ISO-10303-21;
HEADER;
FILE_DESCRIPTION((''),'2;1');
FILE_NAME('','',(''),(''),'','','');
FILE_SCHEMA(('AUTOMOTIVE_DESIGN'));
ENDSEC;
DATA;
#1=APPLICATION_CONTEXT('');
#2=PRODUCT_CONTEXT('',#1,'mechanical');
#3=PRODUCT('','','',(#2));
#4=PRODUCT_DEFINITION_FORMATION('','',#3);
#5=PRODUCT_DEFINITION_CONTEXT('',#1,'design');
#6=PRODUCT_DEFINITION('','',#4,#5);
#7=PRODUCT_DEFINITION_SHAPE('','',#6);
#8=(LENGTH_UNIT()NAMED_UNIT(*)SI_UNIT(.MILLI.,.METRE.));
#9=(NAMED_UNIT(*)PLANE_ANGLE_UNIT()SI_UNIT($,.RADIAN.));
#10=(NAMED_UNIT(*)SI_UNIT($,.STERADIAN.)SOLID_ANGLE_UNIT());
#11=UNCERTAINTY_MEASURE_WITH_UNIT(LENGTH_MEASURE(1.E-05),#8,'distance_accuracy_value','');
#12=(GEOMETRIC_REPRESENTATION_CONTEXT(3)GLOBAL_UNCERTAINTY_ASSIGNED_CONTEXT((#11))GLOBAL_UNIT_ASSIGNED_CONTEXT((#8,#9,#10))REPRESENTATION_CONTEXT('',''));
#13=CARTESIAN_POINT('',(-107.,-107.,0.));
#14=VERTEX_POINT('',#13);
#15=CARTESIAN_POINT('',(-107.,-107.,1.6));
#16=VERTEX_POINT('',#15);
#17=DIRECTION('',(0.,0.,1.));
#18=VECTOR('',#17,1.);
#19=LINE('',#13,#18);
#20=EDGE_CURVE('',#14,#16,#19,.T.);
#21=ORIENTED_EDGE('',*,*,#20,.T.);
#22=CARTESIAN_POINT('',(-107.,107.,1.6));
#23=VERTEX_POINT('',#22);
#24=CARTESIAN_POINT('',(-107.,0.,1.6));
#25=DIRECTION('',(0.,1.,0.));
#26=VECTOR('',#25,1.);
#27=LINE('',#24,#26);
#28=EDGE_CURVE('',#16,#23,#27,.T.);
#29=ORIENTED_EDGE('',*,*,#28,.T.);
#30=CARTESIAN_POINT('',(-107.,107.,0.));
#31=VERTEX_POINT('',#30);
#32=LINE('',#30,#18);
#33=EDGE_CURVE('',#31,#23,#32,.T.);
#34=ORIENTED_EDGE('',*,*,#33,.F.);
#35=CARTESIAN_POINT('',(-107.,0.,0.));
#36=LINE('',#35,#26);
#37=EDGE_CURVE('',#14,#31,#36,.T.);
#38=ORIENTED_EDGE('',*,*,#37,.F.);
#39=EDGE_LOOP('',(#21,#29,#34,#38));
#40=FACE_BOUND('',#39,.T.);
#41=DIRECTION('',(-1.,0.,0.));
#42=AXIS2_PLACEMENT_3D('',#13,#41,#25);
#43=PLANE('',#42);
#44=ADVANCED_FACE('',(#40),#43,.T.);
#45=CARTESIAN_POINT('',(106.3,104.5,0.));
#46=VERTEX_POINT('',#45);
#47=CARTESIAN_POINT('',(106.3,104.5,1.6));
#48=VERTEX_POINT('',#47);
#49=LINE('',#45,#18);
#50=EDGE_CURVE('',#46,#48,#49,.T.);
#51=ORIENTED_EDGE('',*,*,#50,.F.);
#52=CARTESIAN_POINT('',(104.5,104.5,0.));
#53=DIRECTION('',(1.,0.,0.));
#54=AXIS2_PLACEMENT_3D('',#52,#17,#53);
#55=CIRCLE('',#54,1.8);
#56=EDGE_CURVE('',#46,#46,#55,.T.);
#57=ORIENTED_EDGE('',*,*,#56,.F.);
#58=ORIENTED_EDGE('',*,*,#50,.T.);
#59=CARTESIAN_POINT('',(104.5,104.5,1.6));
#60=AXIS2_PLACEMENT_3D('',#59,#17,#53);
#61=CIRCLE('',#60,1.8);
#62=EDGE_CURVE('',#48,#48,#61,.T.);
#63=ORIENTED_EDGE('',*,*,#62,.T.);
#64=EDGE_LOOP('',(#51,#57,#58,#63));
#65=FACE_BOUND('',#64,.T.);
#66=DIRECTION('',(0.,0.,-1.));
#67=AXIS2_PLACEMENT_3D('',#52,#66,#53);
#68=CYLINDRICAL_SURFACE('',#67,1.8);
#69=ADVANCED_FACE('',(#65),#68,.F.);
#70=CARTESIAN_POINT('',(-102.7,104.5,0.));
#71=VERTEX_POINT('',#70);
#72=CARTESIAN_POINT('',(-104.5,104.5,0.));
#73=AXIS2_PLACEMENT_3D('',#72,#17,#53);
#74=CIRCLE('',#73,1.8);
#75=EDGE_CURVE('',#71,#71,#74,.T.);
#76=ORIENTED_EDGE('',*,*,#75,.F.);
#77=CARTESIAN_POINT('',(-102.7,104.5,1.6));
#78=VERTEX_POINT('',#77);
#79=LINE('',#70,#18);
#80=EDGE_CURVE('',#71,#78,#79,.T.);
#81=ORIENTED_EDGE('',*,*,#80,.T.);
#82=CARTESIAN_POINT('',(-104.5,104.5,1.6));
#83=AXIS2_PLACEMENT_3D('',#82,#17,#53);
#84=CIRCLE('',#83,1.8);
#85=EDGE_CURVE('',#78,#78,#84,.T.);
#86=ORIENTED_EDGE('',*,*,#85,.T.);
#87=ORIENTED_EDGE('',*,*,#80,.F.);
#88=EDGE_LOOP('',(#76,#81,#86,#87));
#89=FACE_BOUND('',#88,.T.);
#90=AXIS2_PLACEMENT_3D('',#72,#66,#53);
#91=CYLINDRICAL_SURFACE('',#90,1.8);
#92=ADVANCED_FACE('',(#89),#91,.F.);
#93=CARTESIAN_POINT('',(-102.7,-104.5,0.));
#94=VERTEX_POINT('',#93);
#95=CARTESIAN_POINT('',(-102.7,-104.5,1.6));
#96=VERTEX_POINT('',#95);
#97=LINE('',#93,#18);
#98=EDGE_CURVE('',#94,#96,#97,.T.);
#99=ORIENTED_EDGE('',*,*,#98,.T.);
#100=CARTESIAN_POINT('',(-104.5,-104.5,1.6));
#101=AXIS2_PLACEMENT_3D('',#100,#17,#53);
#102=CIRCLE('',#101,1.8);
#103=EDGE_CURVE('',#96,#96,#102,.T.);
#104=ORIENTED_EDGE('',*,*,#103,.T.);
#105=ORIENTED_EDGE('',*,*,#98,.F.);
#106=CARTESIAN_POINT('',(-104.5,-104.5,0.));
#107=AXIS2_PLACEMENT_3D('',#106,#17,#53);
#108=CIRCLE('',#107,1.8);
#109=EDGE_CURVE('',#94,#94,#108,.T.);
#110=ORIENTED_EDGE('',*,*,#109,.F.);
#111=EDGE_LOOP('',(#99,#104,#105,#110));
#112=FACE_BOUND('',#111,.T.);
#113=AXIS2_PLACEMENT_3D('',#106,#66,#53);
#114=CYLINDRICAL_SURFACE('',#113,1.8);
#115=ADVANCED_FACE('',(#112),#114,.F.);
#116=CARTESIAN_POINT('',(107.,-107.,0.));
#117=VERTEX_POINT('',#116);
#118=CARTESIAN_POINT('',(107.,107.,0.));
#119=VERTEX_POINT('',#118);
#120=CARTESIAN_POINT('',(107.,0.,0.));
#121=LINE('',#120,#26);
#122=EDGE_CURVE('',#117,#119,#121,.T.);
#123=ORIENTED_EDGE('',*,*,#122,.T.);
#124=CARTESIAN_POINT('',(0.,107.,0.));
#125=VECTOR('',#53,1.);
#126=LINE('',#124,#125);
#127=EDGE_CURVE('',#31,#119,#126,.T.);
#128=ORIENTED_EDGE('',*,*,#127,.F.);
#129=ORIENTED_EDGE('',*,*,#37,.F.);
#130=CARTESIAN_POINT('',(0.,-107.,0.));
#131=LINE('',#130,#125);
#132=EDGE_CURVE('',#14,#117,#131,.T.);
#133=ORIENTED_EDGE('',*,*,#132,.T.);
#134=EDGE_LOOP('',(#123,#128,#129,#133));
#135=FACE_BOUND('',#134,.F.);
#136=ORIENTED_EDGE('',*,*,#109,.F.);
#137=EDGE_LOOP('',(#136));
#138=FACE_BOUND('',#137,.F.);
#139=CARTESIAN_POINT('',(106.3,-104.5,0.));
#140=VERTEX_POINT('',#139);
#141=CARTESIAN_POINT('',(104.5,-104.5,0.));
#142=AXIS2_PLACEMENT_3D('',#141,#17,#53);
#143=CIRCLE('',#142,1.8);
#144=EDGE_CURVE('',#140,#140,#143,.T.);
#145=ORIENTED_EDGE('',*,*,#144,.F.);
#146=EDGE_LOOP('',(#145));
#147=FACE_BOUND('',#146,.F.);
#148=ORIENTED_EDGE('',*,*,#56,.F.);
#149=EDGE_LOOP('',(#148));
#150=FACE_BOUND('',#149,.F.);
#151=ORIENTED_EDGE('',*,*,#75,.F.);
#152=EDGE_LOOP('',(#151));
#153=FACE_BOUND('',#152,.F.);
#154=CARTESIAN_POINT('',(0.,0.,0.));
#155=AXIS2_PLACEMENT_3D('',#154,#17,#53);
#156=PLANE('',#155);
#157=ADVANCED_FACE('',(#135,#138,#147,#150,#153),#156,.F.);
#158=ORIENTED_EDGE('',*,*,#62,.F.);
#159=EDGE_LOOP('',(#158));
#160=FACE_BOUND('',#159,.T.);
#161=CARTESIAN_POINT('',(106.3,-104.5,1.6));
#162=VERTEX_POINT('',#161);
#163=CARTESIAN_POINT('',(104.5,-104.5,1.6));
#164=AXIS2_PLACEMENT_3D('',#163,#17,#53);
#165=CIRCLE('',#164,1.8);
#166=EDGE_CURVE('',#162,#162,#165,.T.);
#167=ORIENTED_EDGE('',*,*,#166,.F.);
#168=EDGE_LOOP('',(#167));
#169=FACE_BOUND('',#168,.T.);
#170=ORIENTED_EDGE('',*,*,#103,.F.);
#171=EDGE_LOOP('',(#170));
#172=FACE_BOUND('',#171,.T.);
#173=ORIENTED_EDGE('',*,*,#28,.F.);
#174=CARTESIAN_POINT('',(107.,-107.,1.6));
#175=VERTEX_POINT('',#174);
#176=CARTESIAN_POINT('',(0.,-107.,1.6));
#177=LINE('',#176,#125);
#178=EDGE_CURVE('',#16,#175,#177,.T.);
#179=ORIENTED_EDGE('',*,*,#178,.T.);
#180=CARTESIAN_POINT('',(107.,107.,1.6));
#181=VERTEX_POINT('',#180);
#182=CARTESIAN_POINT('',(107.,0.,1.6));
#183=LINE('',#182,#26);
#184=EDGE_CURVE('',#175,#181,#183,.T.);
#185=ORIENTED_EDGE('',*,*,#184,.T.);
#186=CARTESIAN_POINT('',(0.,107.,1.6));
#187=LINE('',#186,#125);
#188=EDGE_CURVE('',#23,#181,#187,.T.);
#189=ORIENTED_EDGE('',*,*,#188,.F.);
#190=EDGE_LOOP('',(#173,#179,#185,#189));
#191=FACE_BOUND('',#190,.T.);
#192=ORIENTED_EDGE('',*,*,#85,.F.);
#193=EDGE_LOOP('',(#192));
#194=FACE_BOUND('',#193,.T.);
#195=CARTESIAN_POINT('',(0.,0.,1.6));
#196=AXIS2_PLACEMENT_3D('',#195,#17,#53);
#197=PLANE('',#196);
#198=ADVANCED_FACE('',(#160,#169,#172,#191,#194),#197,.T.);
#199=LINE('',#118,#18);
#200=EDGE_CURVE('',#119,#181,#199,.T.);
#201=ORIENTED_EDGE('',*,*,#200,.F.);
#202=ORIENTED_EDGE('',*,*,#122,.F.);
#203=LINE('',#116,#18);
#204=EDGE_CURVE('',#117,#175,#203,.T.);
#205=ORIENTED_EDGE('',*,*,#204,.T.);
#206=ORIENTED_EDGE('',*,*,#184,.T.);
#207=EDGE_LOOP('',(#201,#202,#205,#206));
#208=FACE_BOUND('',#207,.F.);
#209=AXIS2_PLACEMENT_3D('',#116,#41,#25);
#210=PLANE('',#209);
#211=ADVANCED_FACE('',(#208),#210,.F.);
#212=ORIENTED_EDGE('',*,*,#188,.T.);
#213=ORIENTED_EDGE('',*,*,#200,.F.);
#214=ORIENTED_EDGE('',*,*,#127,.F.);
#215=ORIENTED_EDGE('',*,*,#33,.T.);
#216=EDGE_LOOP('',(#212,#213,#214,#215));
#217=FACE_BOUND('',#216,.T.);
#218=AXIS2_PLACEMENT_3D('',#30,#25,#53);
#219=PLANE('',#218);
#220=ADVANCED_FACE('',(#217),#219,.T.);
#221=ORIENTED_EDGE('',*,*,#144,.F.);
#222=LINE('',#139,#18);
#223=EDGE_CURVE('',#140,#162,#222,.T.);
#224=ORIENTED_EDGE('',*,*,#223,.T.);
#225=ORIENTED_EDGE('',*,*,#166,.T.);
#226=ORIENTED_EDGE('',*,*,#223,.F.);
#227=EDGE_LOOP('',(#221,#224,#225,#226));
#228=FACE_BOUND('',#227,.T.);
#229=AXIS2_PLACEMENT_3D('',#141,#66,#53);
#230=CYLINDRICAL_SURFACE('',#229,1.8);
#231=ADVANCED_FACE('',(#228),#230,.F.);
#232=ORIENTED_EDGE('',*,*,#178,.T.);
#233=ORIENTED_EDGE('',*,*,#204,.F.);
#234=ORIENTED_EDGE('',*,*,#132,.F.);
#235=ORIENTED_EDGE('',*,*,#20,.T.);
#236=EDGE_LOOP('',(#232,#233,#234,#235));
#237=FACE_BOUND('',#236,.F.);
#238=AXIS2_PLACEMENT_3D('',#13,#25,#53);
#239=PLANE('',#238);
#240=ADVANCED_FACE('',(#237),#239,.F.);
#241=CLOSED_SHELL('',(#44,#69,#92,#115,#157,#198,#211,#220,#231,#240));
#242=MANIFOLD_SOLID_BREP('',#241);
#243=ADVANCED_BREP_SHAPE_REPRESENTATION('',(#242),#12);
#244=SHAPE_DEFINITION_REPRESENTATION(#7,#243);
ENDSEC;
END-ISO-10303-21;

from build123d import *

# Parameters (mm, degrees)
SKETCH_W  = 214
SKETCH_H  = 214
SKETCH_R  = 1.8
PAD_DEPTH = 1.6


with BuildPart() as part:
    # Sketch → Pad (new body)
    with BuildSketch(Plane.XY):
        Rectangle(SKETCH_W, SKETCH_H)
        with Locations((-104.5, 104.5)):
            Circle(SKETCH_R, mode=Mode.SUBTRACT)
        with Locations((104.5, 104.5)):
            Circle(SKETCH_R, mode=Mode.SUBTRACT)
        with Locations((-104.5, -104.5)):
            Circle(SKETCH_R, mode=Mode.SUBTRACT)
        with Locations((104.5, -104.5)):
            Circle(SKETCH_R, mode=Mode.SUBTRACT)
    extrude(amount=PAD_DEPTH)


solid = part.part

### Exercise requirements
Extract exactly and only the lines above from the line containing "#113=AXIS2_PLACEMENT_3D('',#106,#66,#53);" through the line containing "#133=ORIENTED_EDGE('',*,*,#132,.T.);", both end lines included.

### Answer to this task
#113=AXIS2_PLACEMENT_3D('',#106,#66,#53);
#114=CYLINDRICAL_SURFACE('',#113,1.8);
#115=ADVANCED_FACE('',(#112),#114,.F.);
#116=CARTESIAN_POINT('',(107.,-107.,0.));
#117=VERTEX_POINT('',#116);
#118=CARTESIAN_POINT('',(107.,107.,0.));
#119=VERTEX_POINT('',#118);
#120=CARTESIAN_POINT('',(107.,0.,0.));
#121=LINE('',#120,#26);
#122=EDGE_CURVE('',#117,#119,#121,.T.);
#123=ORIENTED_EDGE('',*,*,#122,.T.);
#124=CARTESIAN_POINT('',(0.,107.,0.));
#125=VECTOR('',#53,1.);
#126=LINE('',#124,#125);
#127=EDGE_CURVE('',#31,#119,#126,.T.);
#128=ORIENTED_EDGE('',*,*,#127,.F.);
#129=ORIENTED_EDGE('',*,*,#37,.F.);
#130=CARTESIAN_POINT('',(0.,-107.,0.));
#131=LINE('',#130,#125);
#132=EDGE_CURVE('',#14,#117,#131,.T.);
#133=ORIENTED_EDGE('',*,*,#132,.T.);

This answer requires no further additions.